Keshab K. Parhi received the B.Tech. degree from the Indian Institute of Technology (IIT), Kharagpur, in 1982, the M.S.E.E. degree from the University of Pennsylvania, Philadelphia, in 1984, and the Ph.D. degree in EECS from the University of California, Berkeley, in 1988. He has been with the University of Minnesota, Minneapolis, since 1988, where he is currently Distinguished McKnight University Professor and Edgar F. Johnson Professor in the Department of Electrical and Computer Engineering. He has published over 650 papers, has authored the textbook VLSI Digital Signal Processing Systems (Wiley, 1999) and coedited the reference book Digital Signal Processing for Multimedia Systems (Marcel Dekker, 1999). Dr. Parhi is widely recognized for his work on high-level transformations of iterative data-flow computations and for his research on hardware accelerators for signal processing and networking systems. His current research addresses VLSI accelerators for signal processing and machine learning including deep learning, data-driven neuroscience, hardware security and molecular computing. Dr. Parhi is the recipient of numerous awards including the 2003 IEEE Kiyo Tomiyasu Technical Field Award, the 2017 Mac Van Valkenburg award, the 2012 Charles A. Desoer Technical Achievement award and the 1999 Golden Jubilee medal from the IEEE Circuits and Systems Society, and the 2004 F. E. Terman award from the American Society of Engineering Education. He served as the Editor-in-Chief of the IEEE TRANSACTIONS ON CIRCUITS AND SYSTEMS —PART I (2004-2005 term), as a distinguished lecturer for the IEEE Circuits and Systems society during 1996-1998 and 2019-2021, and was an elected member of the Board of Governors of the IEEE Circuits and Systems society from 2005 to 2007. He is a Fellow of IEEE (1996) and the AAAS (2017).
Prof. Katie Bouman
California Institute of Technology
This talk will present the methods and procedures used to produce the first image of a black hole from the Event Horizon Telescope, as well as discuss future developments for black hole imaging. It had been theorized for decades that a black hole would leave a "shadow" on a background of hot gas. Taking a picture of this black hole shadow would help to address a number of important scientific questions, both on the nature of black holes and the validity of general relativity. Unfortunately, due to its small size, traditional imaging approaches require an Earth-sized radio telescope. In this talk, I discuss techniques the Event Horizon Telescope Collaboration has developed to photograph a black hole using the Event Horizon Telescope, a network of telescopes scattered across the globe. Imaging a black hole’s structure with this computational telescope required us to reconstruct images from sparse measurements, heavily corrupted by atmospheric error. This talk will summarize how the data from the 2017 observations were calibrated and imaged, and explain some of the challenges that arise with a heterogeneous telescope array like the EHT. The talk will also discuss future developments, including how we are developing machine learning methods to help design future telescope arrays.

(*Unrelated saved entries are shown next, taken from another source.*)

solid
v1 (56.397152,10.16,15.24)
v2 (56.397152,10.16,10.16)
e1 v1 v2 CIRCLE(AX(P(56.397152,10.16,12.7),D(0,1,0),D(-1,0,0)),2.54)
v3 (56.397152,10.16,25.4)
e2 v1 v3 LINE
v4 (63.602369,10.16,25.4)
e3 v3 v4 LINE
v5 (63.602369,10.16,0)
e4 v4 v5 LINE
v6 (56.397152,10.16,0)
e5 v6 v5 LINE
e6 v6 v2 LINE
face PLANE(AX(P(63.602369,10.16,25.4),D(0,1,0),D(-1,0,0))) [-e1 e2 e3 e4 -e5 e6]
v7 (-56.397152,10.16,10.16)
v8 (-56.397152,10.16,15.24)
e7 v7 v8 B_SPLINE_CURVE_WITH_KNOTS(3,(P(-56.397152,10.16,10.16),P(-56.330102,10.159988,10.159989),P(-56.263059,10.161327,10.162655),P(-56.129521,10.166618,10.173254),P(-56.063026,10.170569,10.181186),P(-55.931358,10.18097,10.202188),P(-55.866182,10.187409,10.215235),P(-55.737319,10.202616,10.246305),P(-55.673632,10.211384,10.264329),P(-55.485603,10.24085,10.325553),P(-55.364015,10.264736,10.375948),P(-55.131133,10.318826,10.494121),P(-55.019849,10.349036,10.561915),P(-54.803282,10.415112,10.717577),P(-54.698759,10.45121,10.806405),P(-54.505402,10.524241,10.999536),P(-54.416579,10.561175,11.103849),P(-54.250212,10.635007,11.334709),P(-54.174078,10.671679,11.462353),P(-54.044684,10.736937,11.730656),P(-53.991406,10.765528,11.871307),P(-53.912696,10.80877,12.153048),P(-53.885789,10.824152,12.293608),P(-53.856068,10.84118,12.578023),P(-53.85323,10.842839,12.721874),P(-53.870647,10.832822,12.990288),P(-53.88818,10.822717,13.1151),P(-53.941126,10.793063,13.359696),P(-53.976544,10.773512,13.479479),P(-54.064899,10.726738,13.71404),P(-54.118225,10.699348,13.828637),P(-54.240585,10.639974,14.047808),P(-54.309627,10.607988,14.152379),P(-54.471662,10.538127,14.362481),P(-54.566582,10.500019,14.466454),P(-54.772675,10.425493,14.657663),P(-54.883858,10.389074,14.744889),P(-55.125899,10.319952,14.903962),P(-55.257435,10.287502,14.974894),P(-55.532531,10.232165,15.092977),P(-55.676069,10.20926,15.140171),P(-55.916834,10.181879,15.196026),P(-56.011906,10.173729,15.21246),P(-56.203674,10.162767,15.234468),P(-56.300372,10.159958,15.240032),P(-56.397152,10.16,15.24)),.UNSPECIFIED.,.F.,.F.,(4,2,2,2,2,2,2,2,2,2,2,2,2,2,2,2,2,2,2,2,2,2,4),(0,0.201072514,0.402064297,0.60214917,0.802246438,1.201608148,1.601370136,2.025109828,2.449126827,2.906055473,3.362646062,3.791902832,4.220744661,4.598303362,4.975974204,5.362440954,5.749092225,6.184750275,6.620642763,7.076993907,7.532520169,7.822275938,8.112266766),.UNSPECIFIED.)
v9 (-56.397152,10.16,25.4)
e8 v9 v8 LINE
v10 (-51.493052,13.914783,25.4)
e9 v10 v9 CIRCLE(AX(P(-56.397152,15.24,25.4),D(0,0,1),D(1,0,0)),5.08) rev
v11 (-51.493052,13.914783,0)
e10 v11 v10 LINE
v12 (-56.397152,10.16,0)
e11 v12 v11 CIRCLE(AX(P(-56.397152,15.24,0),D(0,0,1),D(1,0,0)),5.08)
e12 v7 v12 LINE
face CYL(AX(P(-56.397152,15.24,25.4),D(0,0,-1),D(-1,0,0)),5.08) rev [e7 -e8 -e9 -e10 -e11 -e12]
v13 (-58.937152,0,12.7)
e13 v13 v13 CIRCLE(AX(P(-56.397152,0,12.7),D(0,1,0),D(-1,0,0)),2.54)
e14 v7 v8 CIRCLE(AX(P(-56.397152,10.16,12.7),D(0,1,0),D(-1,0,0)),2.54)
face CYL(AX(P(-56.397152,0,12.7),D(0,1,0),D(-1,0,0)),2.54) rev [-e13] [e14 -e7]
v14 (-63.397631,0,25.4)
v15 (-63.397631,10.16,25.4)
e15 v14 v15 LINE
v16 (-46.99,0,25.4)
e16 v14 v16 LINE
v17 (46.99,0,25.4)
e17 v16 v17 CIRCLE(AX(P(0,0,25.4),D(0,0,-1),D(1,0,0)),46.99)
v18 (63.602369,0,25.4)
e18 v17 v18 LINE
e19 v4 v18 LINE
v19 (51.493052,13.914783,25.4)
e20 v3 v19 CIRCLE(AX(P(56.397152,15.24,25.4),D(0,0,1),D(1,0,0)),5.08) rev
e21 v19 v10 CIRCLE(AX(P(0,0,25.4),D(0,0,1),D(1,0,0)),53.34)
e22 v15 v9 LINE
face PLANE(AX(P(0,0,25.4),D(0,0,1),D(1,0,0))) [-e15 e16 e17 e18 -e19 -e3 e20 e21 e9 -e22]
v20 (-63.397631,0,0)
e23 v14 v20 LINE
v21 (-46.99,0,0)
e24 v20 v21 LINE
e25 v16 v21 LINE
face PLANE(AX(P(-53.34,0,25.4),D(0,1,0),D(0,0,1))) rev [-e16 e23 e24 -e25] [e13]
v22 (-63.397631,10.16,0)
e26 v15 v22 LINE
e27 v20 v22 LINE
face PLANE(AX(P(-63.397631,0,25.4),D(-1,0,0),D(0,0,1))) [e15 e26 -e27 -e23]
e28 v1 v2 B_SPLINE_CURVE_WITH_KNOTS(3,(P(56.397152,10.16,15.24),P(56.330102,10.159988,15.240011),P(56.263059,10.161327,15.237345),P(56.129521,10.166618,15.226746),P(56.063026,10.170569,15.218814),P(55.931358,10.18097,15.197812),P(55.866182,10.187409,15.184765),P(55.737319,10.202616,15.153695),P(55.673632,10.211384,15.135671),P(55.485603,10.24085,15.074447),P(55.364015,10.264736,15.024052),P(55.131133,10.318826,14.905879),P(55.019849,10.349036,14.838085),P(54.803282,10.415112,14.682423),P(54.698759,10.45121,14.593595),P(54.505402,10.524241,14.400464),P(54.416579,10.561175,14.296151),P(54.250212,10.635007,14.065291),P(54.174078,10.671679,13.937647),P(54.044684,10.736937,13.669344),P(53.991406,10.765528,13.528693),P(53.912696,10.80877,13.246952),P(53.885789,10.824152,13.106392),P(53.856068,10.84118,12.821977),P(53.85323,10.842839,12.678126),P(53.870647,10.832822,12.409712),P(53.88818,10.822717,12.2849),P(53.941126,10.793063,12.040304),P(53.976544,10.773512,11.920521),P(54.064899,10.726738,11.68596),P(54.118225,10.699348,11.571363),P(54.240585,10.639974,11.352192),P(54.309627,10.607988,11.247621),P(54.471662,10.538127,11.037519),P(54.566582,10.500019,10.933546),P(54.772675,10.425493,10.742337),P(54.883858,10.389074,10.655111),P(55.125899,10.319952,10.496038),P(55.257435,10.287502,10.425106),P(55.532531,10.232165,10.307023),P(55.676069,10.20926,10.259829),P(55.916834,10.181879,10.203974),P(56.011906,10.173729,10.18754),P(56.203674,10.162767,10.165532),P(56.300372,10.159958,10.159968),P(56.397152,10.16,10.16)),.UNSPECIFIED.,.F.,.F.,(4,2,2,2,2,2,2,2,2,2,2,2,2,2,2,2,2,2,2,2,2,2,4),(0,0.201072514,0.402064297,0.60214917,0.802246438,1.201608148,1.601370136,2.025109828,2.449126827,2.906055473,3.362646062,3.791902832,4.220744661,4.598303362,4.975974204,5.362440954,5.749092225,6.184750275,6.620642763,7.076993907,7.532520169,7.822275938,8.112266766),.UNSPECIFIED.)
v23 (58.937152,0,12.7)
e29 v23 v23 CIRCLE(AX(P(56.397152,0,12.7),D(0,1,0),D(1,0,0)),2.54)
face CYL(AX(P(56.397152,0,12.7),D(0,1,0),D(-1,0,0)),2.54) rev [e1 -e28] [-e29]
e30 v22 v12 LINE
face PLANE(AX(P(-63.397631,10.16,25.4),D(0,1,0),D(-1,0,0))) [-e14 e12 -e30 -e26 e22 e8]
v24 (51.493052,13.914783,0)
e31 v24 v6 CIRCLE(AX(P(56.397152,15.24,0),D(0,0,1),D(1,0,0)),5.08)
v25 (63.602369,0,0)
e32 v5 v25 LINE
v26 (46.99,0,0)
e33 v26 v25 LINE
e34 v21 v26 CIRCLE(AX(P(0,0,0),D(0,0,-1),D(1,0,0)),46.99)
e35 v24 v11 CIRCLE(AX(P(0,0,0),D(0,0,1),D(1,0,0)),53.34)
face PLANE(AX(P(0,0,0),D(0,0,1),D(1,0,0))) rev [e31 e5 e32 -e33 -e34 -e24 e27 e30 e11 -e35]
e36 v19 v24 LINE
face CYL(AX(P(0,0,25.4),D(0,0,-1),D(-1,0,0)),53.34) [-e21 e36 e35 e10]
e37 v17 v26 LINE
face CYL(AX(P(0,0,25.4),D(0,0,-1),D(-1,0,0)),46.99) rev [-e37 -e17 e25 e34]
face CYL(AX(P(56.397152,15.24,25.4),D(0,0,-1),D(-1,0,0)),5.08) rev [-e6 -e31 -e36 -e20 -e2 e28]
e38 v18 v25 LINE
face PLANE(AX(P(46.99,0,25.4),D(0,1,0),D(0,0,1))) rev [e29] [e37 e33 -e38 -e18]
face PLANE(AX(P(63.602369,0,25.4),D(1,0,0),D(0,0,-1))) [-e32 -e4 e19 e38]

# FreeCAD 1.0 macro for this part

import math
import FreeCAD as App
import Part
import Sketcher
from FreeCAD import Vector
Q = App.Units.Quantity


def edges_at(feature, points):
    """Names of the edges that pass closest to the given points."""
    edges = feature.Shape.Edges
    near = lambda p: min(range(len(edges)), key=lambda i: edges[i].distToShape(Part.Vertex(*p))[0])
    return sorted({f"Edge{near(p) + 1}" for p in points})


def add_polygon(sketch, points):
    """Adds a closed chain of lines whose ends are joined by coincident constraints."""
    first, n = sketch.GeometryCount, len(points)
    for a, b in zip(points, points[1:] + points[:1]):
        sketch.addGeometry(Part.LineSegment(App.Vector(*a, 0), App.Vector(*b, 0)), False)
    for i in range(n):
        sketch.addConstraint(Sketcher.Constraint("Coincident", first + i, 2, first + (i + 1) % n, 1))

doc = App.newDocument("Part")
body = doc.addObject("PartDesign::Body", "Body")

sketch1 = body.newObject("Sketcher::SketchObject", "Sketch")
sketch1.AttachmentSupport = (doc.getObject("XY_Plane"), [""])
sketch1.MapMode = "FlatFace"
sketch1.addGeometry([
    Part.LineSegment(Vector(-53.34, 0, 0), Vector(-46.99, 0, 0)),
    Part.ArcOfCircle(Part.Circle(Vector(0, 0, 0), Vector(0, 0, 1), 46.99), math.radians(0), math.radians(180)),
    Part.LineSegment(Vector(46.99, 0, 0), Vector(53.34, 0, 0)),
    Part.ArcOfCircle(Part.Circle(Vector(0, 0, 0), Vector(0, 0, 1), 53.34), math.radians(0), math.radians(180)),
], False)
sketch1.addConstraint([
    Sketcher.Constraint("Coincident", 0, 2, 1, 2),
    Sketcher.Constraint("Coincident", 1, 1, 2, 1),
    Sketcher.Constraint("Coincident", 2, 2, 3, 1),
    Sketcher.Constraint("Coincident", 3, 2, 0, 1),
    Sketcher.Constraint("Horizontal", 0),
    Sketcher.Constraint("Horizontal", 2),
    Sketcher.Constraint("Coincident", 1, 3, -1, 1),
    Sketcher.Constraint("Coincident", 3, 3, -1, 1),
    Sketcher.Constraint("PointOnObject", 0, 2, -1),
    Sketcher.Constraint("PointOnObject", 1, 1, -1),
    Sketcher.Constraint("Radius", 3, Q("2.1 in")),
    Sketcher.Constraint("Radius", 1, Q("1.85 in")),
])
pad1 = body.newObject("PartDesign::Pad", "Pad")
pad1.Profile = sketch1
pad1.Length = Q("1 in")

sketch2 = body.newObject("Sketcher::SketchObject", "Sketch001")
sketch2.AttachmentSupport = (doc.getObject("XY_Plane"), [""])
sketch2.MapMode = "FlatFace"
add_polygon(sketch2, [(-46.99, 10.16), (-46.99, 0), (-63.397631, 0), (-63.397631, 10.16)])
add_polygon(sketch2, [(63.602369, 10.16), (63.602369, 0), (47.194737, 0), (47.194737, 10.16)])
sketch2.addConstraint([
    Sketcher.Constraint("Vertical", 0),
    Sketcher.Constraint("Horizontal", 1),
    Sketcher.Constraint("Vertical", 2),
    Sketcher.Constraint("Horizontal", 3),
    Sketcher.Constraint("Vertical", 4),
    Sketcher.Constraint("Horizontal", 5),
    Sketcher.Constraint("Vertical", 6),
    Sketcher.Constraint("Horizontal", 7),
    Sketcher.Constraint("PointOnObject", 0, 2, -1),
    Sketcher.Constraint("PointOnObject", 4, 2, -1),
    Sketcher.Constraint("Horizontal", 3, 2, 6, 2),
    Sketcher.Constraint("Equal", 3, 5),
    Sketcher.Constraint("DistanceY", 0, 2, 0, 1, Q("0.4 in")),
    Sketcher.Constraint("DistanceX", 1, 2, 4, 2, Q("5 in")),
    Sketcher.Constraint("DistanceX", 0, 2, -1, 1, Q("1.85 in")),
    Sketcher.Constraint("DistanceX", 1, 2, 1, 1, Q("16.407631 mm")),
])
pad2 = body.newObject("PartDesign::Pad", "Pad001")
pad2.Profile = sketch2
pad2.Length = Q("1 in")
doc.recompute()

fillet = body.newObject("PartDesign::Fillet", "Fillet")
fillet.Base = (pad2, edges_at(pad2, [(-52.363, 10.16, 12.7), (52.363, 10.16, 12.7)]))
fillet.Radius = Q("0.2 in")

sketch3 = body.newObject("Sketcher::SketchObject", "Sketch002")
sketch3.AttachmentSupport = (doc.getObject("XZ_Plane"), [""])
sketch3.MapMode = "FlatFace"
sketch3.AttachmentOffset = App.Placement(Vector(0, 0, -0.4 * 25.4), App.Rotation())
sketch3.addGeometry([
    Part.Circle(Vector(-56.397152, 12.7, 0), Vector(0, 0, 1), 2.54),
    Part.Circle(Vector(56.397152, 12.7, 0), Vector(0, 0, 1), 2.54),
], False)
sketch3.addConstraint([
    Sketcher.Constraint("Equal", 0, 1),
    Sketcher.Constraint("Symmetric", 0, 3, 1, 3, -2),
    Sketcher.Constraint("Diameter", 0, Q("0.2 in")),
    Sketcher.Constraint("DistanceY", -1, 1, 0, 3, Q("0.5 in")),
    Sketcher.Constraint("DistanceX", 0, 3, -1, 1, Q("56.397152 mm")),
])
pocket1 = body.newObject("PartDesign::Pocket", "Pocket")
pocket1.Profile = sketch3
pocket1.Type = "ThroughAll"
pocket1.Midplane = True

doc.recompute()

Katherine L. (Katie) Bouman is a Rosenberg Scholar and an assistant professor in the Computing and Mathematical Sciences and Electrical Engineering Department at the California Institute of Technology. Before joining Caltech, she was a postdoctoral fellow in the Harvard-Smithsonian Center for Astrophysics. She received her Ph.D. in the Computer Science and Artificial Intelligence Laboratory (CSAIL) at MIT in EECS. Before coming to MIT, she received her bachelor's degree in Electrical Engineering from the University of Michigan. The focus of her research is on using emerging computational methods to push the boundaries of interdisciplinary imaging.